Il fatto di Magistà, la patata bollente del referendum sulla Giustizia

Referendum a rischio. Le urne potrebbero slittare. Di quanto lo si saprà nei prossimi giorni, ma il tema è già sul tavolo della politica e finirà nelle aule giudiziarie. Perchè per cambiare la data del 22 e 23 marzo è prevedibile che ci sarà bisogno di un percorso giudiziario accelerato. A meno che non sia il Governo a farlo direttamente, cosa alla quale, però, né Nordio, né Meloni sembrano interessati.

Sta di fatto, però, che il problema, adesso c’è. Lo ha creato (indirettamente) la Cassazione, che ha modificato – accogliendo il ricorso dei volontari del “no”- il testo del quesito che troveremo sulla scheda. Nel quesito originale, già approvato dalla Cassazione, non si spiegava che la legge di cui si chiede la conferma contiene alcune modifiche alla Costituzione.

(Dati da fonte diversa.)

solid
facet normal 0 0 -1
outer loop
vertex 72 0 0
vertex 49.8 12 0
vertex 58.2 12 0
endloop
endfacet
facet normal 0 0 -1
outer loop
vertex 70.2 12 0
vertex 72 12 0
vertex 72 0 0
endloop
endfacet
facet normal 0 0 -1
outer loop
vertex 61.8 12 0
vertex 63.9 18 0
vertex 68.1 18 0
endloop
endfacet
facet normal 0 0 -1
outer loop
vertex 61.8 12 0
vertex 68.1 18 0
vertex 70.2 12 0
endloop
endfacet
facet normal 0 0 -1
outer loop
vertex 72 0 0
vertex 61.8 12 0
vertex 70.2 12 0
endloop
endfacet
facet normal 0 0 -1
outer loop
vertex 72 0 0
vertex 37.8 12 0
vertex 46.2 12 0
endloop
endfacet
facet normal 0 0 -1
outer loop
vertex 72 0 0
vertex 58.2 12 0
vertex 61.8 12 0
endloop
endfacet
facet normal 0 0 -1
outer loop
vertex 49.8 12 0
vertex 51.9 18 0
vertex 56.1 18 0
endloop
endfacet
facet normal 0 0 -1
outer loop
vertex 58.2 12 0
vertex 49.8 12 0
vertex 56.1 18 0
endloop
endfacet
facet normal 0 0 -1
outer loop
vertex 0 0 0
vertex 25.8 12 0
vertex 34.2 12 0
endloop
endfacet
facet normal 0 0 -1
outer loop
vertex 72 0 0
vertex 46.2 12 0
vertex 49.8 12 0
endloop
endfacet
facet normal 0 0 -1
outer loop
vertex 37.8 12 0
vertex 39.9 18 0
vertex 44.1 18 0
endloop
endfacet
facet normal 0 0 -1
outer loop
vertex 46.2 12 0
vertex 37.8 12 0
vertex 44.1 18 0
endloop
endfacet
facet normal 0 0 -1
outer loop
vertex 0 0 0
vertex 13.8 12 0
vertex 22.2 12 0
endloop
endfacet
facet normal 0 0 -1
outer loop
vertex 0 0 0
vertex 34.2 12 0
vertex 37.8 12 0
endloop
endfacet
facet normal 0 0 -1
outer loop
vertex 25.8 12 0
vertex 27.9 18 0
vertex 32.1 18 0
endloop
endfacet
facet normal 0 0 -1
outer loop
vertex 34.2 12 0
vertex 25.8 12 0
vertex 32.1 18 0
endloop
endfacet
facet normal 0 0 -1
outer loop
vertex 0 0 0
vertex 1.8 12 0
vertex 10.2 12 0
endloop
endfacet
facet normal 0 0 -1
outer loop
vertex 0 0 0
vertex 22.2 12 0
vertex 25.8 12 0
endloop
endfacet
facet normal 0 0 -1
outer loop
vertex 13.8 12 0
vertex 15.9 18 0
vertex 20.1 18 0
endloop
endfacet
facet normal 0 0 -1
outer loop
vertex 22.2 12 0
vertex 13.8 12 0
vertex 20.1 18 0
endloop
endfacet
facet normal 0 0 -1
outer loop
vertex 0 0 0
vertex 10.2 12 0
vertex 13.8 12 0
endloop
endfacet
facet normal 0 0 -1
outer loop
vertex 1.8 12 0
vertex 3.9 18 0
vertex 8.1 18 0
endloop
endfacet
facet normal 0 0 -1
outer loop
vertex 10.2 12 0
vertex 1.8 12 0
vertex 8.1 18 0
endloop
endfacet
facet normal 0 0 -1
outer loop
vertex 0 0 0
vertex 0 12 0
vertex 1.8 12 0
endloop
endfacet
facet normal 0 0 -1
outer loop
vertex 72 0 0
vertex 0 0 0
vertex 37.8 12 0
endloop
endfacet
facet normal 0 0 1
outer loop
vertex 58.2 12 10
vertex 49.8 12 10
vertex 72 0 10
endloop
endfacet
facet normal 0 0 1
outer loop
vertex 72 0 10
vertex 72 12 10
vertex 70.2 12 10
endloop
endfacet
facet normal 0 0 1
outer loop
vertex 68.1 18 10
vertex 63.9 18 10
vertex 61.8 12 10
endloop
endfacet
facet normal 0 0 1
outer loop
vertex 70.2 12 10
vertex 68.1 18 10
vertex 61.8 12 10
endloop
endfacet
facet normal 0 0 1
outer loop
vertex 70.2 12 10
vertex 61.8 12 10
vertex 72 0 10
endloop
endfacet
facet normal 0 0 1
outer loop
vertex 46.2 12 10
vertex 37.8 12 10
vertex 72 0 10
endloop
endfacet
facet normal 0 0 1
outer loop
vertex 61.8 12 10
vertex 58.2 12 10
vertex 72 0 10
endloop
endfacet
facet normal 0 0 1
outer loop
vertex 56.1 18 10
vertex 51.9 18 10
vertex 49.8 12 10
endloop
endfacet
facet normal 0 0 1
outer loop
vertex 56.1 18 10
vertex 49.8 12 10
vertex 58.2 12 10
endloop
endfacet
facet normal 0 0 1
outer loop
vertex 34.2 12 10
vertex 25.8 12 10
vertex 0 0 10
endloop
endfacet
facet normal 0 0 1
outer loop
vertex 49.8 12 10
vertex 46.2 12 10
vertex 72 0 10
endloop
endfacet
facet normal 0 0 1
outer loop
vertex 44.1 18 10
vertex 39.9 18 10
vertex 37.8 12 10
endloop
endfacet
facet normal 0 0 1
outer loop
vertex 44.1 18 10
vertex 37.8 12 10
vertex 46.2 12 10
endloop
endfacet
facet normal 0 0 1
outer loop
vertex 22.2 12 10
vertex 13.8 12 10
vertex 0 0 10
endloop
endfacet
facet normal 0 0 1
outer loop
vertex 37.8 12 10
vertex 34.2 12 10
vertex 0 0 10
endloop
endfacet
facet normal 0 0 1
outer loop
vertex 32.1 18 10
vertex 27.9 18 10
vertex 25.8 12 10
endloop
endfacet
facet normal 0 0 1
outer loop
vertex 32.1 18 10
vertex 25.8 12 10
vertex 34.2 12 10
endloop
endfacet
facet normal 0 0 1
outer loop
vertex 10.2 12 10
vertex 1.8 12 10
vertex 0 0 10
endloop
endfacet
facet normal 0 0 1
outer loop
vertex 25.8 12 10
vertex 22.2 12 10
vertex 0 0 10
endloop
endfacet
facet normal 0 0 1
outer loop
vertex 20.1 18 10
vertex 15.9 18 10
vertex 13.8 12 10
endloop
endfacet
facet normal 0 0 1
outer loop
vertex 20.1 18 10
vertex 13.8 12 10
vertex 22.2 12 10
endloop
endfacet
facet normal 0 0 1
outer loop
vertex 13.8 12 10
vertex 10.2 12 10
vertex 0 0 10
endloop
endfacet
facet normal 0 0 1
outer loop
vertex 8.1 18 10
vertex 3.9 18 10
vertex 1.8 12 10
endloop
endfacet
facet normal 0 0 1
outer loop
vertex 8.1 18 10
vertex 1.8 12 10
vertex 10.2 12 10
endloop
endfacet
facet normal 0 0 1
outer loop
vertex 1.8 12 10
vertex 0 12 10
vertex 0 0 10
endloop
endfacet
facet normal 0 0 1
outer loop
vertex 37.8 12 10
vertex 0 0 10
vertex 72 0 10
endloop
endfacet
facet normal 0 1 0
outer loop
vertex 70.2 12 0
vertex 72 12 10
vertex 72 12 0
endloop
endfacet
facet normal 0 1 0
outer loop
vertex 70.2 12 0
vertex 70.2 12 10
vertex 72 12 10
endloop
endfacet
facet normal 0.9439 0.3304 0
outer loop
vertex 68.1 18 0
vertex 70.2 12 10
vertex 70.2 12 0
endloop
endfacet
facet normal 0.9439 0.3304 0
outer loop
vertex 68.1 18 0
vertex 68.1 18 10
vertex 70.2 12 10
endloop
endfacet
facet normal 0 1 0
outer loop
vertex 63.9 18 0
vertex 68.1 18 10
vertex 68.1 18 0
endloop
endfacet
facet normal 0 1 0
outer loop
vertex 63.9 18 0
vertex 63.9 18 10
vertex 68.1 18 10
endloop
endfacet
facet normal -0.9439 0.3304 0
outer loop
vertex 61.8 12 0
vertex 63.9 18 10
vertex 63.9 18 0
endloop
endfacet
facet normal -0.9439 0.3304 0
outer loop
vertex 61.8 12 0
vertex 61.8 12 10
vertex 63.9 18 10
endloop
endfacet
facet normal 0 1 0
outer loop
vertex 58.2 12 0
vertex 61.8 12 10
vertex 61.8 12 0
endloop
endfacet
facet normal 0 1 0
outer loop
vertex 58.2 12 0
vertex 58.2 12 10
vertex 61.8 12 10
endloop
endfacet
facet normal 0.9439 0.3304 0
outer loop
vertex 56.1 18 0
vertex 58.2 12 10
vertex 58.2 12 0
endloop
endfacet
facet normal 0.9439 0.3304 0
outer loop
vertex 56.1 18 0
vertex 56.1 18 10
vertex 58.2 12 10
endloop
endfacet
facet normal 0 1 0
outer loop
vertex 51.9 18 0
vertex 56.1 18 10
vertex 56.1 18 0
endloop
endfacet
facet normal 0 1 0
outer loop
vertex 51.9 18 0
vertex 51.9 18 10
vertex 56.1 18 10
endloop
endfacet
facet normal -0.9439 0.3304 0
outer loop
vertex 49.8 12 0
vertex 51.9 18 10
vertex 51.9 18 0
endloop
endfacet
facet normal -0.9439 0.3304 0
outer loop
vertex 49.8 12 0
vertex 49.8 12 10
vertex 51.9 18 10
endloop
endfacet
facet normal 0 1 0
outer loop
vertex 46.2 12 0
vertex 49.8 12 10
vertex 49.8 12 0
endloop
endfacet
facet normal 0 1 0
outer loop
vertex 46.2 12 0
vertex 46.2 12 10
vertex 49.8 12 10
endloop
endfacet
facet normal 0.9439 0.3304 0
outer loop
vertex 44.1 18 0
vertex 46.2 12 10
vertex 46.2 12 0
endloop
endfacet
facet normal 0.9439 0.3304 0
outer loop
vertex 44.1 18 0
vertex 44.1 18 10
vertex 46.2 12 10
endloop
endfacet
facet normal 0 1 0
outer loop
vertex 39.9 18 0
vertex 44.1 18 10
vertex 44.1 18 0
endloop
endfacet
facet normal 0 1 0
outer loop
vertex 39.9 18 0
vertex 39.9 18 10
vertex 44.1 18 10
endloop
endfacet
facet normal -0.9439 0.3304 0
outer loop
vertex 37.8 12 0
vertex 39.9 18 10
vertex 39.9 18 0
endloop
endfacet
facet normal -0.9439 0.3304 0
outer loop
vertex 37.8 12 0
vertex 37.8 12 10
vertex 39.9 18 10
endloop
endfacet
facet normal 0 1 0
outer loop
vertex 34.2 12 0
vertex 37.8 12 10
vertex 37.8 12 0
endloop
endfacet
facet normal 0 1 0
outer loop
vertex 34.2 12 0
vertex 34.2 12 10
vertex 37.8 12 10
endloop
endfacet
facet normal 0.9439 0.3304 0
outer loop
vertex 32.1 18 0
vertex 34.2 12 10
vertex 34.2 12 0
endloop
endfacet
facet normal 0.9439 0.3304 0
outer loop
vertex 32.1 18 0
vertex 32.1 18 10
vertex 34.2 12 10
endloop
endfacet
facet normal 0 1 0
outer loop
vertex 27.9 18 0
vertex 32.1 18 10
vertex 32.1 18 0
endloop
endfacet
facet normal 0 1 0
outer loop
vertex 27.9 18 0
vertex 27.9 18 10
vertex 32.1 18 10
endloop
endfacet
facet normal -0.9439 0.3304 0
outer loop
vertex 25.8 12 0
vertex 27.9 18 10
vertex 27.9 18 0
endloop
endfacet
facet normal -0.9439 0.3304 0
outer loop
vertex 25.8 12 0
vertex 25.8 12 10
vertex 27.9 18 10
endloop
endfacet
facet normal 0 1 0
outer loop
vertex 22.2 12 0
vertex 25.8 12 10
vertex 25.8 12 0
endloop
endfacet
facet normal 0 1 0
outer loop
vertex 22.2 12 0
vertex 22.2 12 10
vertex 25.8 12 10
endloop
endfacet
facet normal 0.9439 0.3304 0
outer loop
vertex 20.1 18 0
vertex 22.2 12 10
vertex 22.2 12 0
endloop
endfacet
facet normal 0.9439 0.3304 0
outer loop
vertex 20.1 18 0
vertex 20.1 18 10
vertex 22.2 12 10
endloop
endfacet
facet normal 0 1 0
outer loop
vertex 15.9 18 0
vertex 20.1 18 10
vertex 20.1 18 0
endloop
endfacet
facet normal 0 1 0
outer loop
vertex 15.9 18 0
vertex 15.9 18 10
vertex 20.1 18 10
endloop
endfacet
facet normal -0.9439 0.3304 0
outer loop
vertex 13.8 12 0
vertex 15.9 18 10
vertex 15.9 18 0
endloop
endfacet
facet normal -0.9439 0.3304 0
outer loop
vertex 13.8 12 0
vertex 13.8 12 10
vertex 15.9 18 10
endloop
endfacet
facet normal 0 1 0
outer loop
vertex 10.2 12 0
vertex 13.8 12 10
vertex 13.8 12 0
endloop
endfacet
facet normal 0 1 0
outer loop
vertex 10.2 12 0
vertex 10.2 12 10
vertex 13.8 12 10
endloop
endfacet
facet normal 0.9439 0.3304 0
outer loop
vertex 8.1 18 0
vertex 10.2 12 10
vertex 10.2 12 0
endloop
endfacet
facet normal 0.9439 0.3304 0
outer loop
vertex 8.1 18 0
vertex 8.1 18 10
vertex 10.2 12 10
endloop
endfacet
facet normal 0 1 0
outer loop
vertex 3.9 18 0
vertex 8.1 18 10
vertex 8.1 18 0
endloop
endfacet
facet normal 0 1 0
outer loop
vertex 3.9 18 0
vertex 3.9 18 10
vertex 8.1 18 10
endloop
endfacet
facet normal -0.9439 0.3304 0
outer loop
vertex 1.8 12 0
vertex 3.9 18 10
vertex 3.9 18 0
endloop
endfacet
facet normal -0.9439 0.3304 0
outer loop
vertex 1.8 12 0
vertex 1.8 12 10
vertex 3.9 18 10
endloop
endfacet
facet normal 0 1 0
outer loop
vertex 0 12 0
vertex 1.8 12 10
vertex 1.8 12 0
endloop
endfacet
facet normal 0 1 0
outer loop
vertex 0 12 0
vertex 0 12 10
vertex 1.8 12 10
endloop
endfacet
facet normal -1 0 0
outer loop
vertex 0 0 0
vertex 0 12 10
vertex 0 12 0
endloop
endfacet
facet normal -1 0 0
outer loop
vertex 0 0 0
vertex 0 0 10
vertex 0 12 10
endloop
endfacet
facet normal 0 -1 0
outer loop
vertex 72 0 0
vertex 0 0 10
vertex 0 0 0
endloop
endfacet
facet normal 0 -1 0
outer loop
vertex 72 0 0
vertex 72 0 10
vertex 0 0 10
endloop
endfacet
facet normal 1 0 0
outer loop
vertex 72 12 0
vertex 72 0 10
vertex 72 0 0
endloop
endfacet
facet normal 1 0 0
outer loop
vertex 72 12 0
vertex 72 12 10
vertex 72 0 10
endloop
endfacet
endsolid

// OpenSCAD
$fn = 32;

// ----------------------------------------------------------------------
// Gear rack: 6 teeth, pitch 12 mm
// ----------------------------------------------------------------------

// --- parameters (mm) ---
teeth = 6;                // number of teeth
pitch = 12;               // tooth pitch, X
root_w = 8.4;             // tooth width at the root
tip_w = 4.2;              // tooth width at the tip
base_h = 12;              // rack body height, Y
tooth_h = 6;              // tooth height above the body
plate_t = 10;             // rack width, Z (extrusion height)

rack_l = teeth * pitch;  // overall length
total_h = base_h + tooth_h;  // overall height

profile = [[0, 0], [72, 0], [72, 12], [70.2, 12], [68.1, 18], [63.9, 18], [61.8, 12], [58.2, 12], [56.1, 18], [51.9, 18], [49.8, 12], [46.2, 12], [44.1, 18], [39.9, 18], [37.8, 12], [34.2, 12], [32.1, 18], [27.9, 18], [25.8, 12], [22.2, 12], [20.1, 18], [15.9, 18], [13.8, 12], [10.2, 12], [8.1, 18], [3.9, 18], [1.8, 12], [0, 12]];  // primary outline, 28 points, counter clockwise

// --- the one profile operation ---
linear_extrude(height = plate_t) polygon(points = profile);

Nel nuovo quesito viene invece specificato: approvate il testo… con cui vengono modificati gli articoli… della Costituzione? Modifica sostanziale, non di poco conto, perché è giusto che l’elettore sappia che con quella legge si cambia la Costituzione. Questa decisione ha riproposto il problema della data.

La Cassazione non lo ha specificato, ma i vincitori del ricorso lo danno per scontato: cambiato il quesito, si dovrà ripartire da zero, e quindi anche la data del referendum dovrà cambiare. La patata bollente, quasi certamente, dovrà passare nelle mani di Mattarella. Forse anche per questo, il Presidente, per non scottarsele, se le sta congelando alle Olimpiadi.